Il semble bien que cette haine soit celle que ce parti suscite bien plus que celle qu’il exprime. En effet, on associe volontiers RN à la haine des étrangers – la fameuse xénophobie.. Mais qu’en est-il au juste ? Les électeurs du RN disent : « Je ne veux pas être un étranger chez moi parce que les étrangers y seraient les plus nombreux ; je ne veux pas que la France soit tout entière comme certains quartiers, à savoir soustraits aux lois de la République et livrés aux Injonctions islamistes ; je ne veux pas que ma petite Marinette et la jeune Amandine doivent se voiler comme la petite Aïcha et la jeune Zoubida ; et je ne veux pas que Marinette et Amandine soient menacées de viol de même que Fabien et Laurent soient menacés de mort, etc. » Haine ? Ne serait-ce pas plutôt de l’angoisse ? Rappelons que “xénophobie” veut dire non pas “haine de l’étranger” mais “peur de l’étranger”. En fait, la haine pourrait bien être le fait non pas des électeurs du RN mais d’abord de ses dirigeants qui en font leur fonds de commerce, ensuite de ceux qui se donnent un objet de Haine pour démontrer leur vertu de gauche et à quel point ils ne sont ni des chiens ni des salauds, enfin de ceux qui reprennent l’expression avec un peu de légèreté sans s’interroger outre mesure sur ce qu’elle recouvre. Bref, le calembour « R haine » est un slogan totalement étranger au Politique mais qui sue à l’excès le Religieux.

Pour identifier cette Haine, il faut se situer dans le cadre strict de l’AO.

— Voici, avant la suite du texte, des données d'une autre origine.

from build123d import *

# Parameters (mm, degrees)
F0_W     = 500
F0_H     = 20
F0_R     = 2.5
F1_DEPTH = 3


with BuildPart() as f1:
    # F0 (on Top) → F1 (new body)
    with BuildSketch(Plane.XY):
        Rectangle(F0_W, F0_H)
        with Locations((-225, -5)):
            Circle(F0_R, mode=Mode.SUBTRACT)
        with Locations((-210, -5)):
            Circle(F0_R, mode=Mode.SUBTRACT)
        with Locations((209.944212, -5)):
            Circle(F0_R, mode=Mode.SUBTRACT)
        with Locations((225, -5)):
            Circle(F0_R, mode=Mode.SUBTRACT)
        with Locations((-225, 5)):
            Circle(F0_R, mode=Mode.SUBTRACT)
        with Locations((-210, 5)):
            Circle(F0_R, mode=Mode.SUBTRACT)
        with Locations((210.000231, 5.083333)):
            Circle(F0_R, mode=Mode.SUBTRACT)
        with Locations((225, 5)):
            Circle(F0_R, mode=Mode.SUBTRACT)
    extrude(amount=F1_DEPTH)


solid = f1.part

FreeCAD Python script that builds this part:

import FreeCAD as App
import Part
import Sketcher

V = App.Vector
Q = App.Units.Quantity


def add_polygon(sketch, points):
    """Adds a closed chain of lines whose ends are joined by coincident constraints."""
    first, n = sketch.GeometryCount, len(points)
    for a, b in zip(points, points[1:] + points[:1]):
        sketch.addGeometry(Part.LineSegment(App.Vector(*a, 0), App.Vector(*b, 0)), False)
    for i in range(n):
        sketch.addConstraint(Sketcher.Constraint("Coincident", first + i, 2, first + (i + 1) % n, 1))

doc = App.newDocument("Part")
body = doc.addObject("PartDesign::Body", "Body")

# Sketch on XY plane
sketch1 = body.newObject("Sketcher::SketchObject", "Sketch")
sketch1.AttachmentSupport = (doc.getObject("XY_Plane"), [""])
sketch1.MapMode = "FlatFace"
add_polygon(sketch1, [(-250, 10), (-250, -10), (250, -10), (250, 10)])  # lines 0-3
sketch1.addGeometry(Part.Circle(V(-225, -5, 0), V(0, 0, 1), 2.5), False)  # 4
sketch1.addGeometry(Part.Circle(V(-210, -5, 0), V(0, 0, 1), 2.5), False)  # 5
sketch1.addGeometry(Part.Circle(V(209.944212, -5, 0), V(0, 0, 1), 2.5), False)  # 6
sketch1.addGeometry(Part.Circle(V(225, -5, 0), V(0, 0, 1), 2.5), False)  # 7
sketch1.addGeometry(Part.Circle(V(-225, 5, 0), V(0, 0, 1), 2.5), False)  # 8
sketch1.addGeometry(Part.Circle(V(-210, 5, 0), V(0, 0, 1), 2.5), False)  # 9
sketch1.addGeometry(Part.Circle(V(210.000231, 5.083333, 0), V(0, 0, 1), 2.5), False)  # 10
sketch1.addGeometry(Part.Circle(V(225, 5, 0), V(0, 0, 1), 2.5), False)  # 11
sketch1.addConstraint([
    Sketcher.Constraint("Vertical", 0),
    Sketcher.Constraint("Horizontal", 1),
    Sketcher.Constraint("Vertical", 2),
    Sketcher.Constraint("Horizontal", 3),
    Sketcher.Constraint("Equal", 4, 5),
    Sketcher.Constraint("Equal", 5, 6),
    Sketcher.Constraint("Equal", 6, 7),
    Sketcher.Constraint("Equal", 7, 8),
    Sketcher.Constraint("Equal", 8, 9),
    Sketcher.Constraint("Equal", 9, 10),
    Sketcher.Constraint("Equal", 10, 11),
    Sketcher.Constraint("Symmetric", 7, 3, 8, 3, -1, 1),
    Sketcher.Constraint("Symmetric", 4, 3, 11, 3, -1, 1),
    Sketcher.Constraint("Symmetric", 0, 2, 2, 2, -1, 1),
    Sketcher.Constraint("Symmetric", 4, 3, 7, 3, -2),
    Sketcher.Constraint("Symmetric", 5, 3, 9, 3, -1),
    Sketcher.Constraint("Horizontal", 4, 3, 5, 3),
    Sketcher.Constraint("Horizontal", 5, 3, 6, 3),
    Sketcher.Constraint("Diameter", 4, Q("5 mm")),
    Sketcher.Constraint("DistanceX", 1, 1, 1, 2, Q("500 mm")),
    Sketcher.Constraint("DistanceY", 0, 2, 0, 1, Q("20 mm")),
    Sketcher.Constraint("DistanceX", 4, 3, -1, 1, Q("225 mm")),
    Sketcher.Constraint("DistanceY", 4, 3, -1, 1, Q("5 mm")),
    Sketcher.Constraint("DistanceX", 5, 3, -1, 1, Q("210 mm")),
    Sketcher.Constraint("DistanceX", -1, 1, 6, 3, Q("209.944212 mm")),
    Sketcher.Constraint("DistanceX", -1, 1, 10, 3, Q("210.000231 mm")),
    Sketcher.Constraint("DistanceY", -1, 1, 10, 3, Q("5.083333 mm")),
])
pad1 = body.newObject("PartDesign::Pad", "Pad")
pad1.Profile = sketch1
pad1.Length = 3

doc.recompute()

Le Politique trouve son hébergement dans la République ; le Religieux se loge ou se love tout entier dans le Système. Dans la République prévaut la logique de l’Autre ; dans le Système s’impose la logique du Même. Dans la République, chaque citoyen, dans un rapport d’égalité avec tout autre, trouve toutes les conditions favorables pour affirmer sa Différence, et n’a rien de mieux à faire que de la mettre, de toute sa Volonté, au service de l’intérêt général ; dans le Système, chaque Comparse ne se perçoit face à Autrui qu’en fonction des Distances, à savoir dans le cadre d’une Hiérarchie qui discrimine selon le sexe, l’origine, la couleur de peau etc., ce qui l’incline à n’œuvrer, de tout son Désir, que pour son intérêt particulier. Dans la République, ne prévaut que la solidarité ; dans le Système, ne sévit que la Rivalité. Dans la République, chaque individu, dont la liberté est garantie par les lois, collabore avec tout autre pour le bien de tous (chacun se sacrifie à la Transcendance vraie) ; dans le Système, chaque Comparse est en compétition avec tous les autres dans l’exactitude à l’obéissance aux Injonctions qui corsètent tout le monde (tout le monde est sacrifié à la Transcendance fausse). Au sein de la République, chaque individu est libre d’affirmer et d’affermir ce qu’il est profondément ; au fond étouffé du Système, chaque Comparse doit démontrer qu’il est le meilleur, (le meilleur chrétien, le meilleur juif, le meilleur musulman, ou le meilleur républicain, ou le meilleur communiste, ou le meilleur bien-pensant, etc.) C’est en quoi la République est le lieu de la diversité individuelle, l’Autre, alors que le Système est celui du conformisme universel, le Même. À quoi il faut ajouter que l’individu ou le citoyen est dans un rapport de bienveillance avec tout autre, alors que le Comparse est de chacun à la fois le Rival et le censeur, la victime et le bourreau, ou le Dominé et le Dominant (« Si tu n’obéis pas aussi bien que moi, je te dénonce ou je te tue » avec toute la dose de Dépit inévitable). Autrement dit, le Politique au sein de la République n’implique que, faute d’un autre mot, ce qu’il faut appeler l’amour, alors que le Religieux au sein du Système ne peut engendrer que la Haine.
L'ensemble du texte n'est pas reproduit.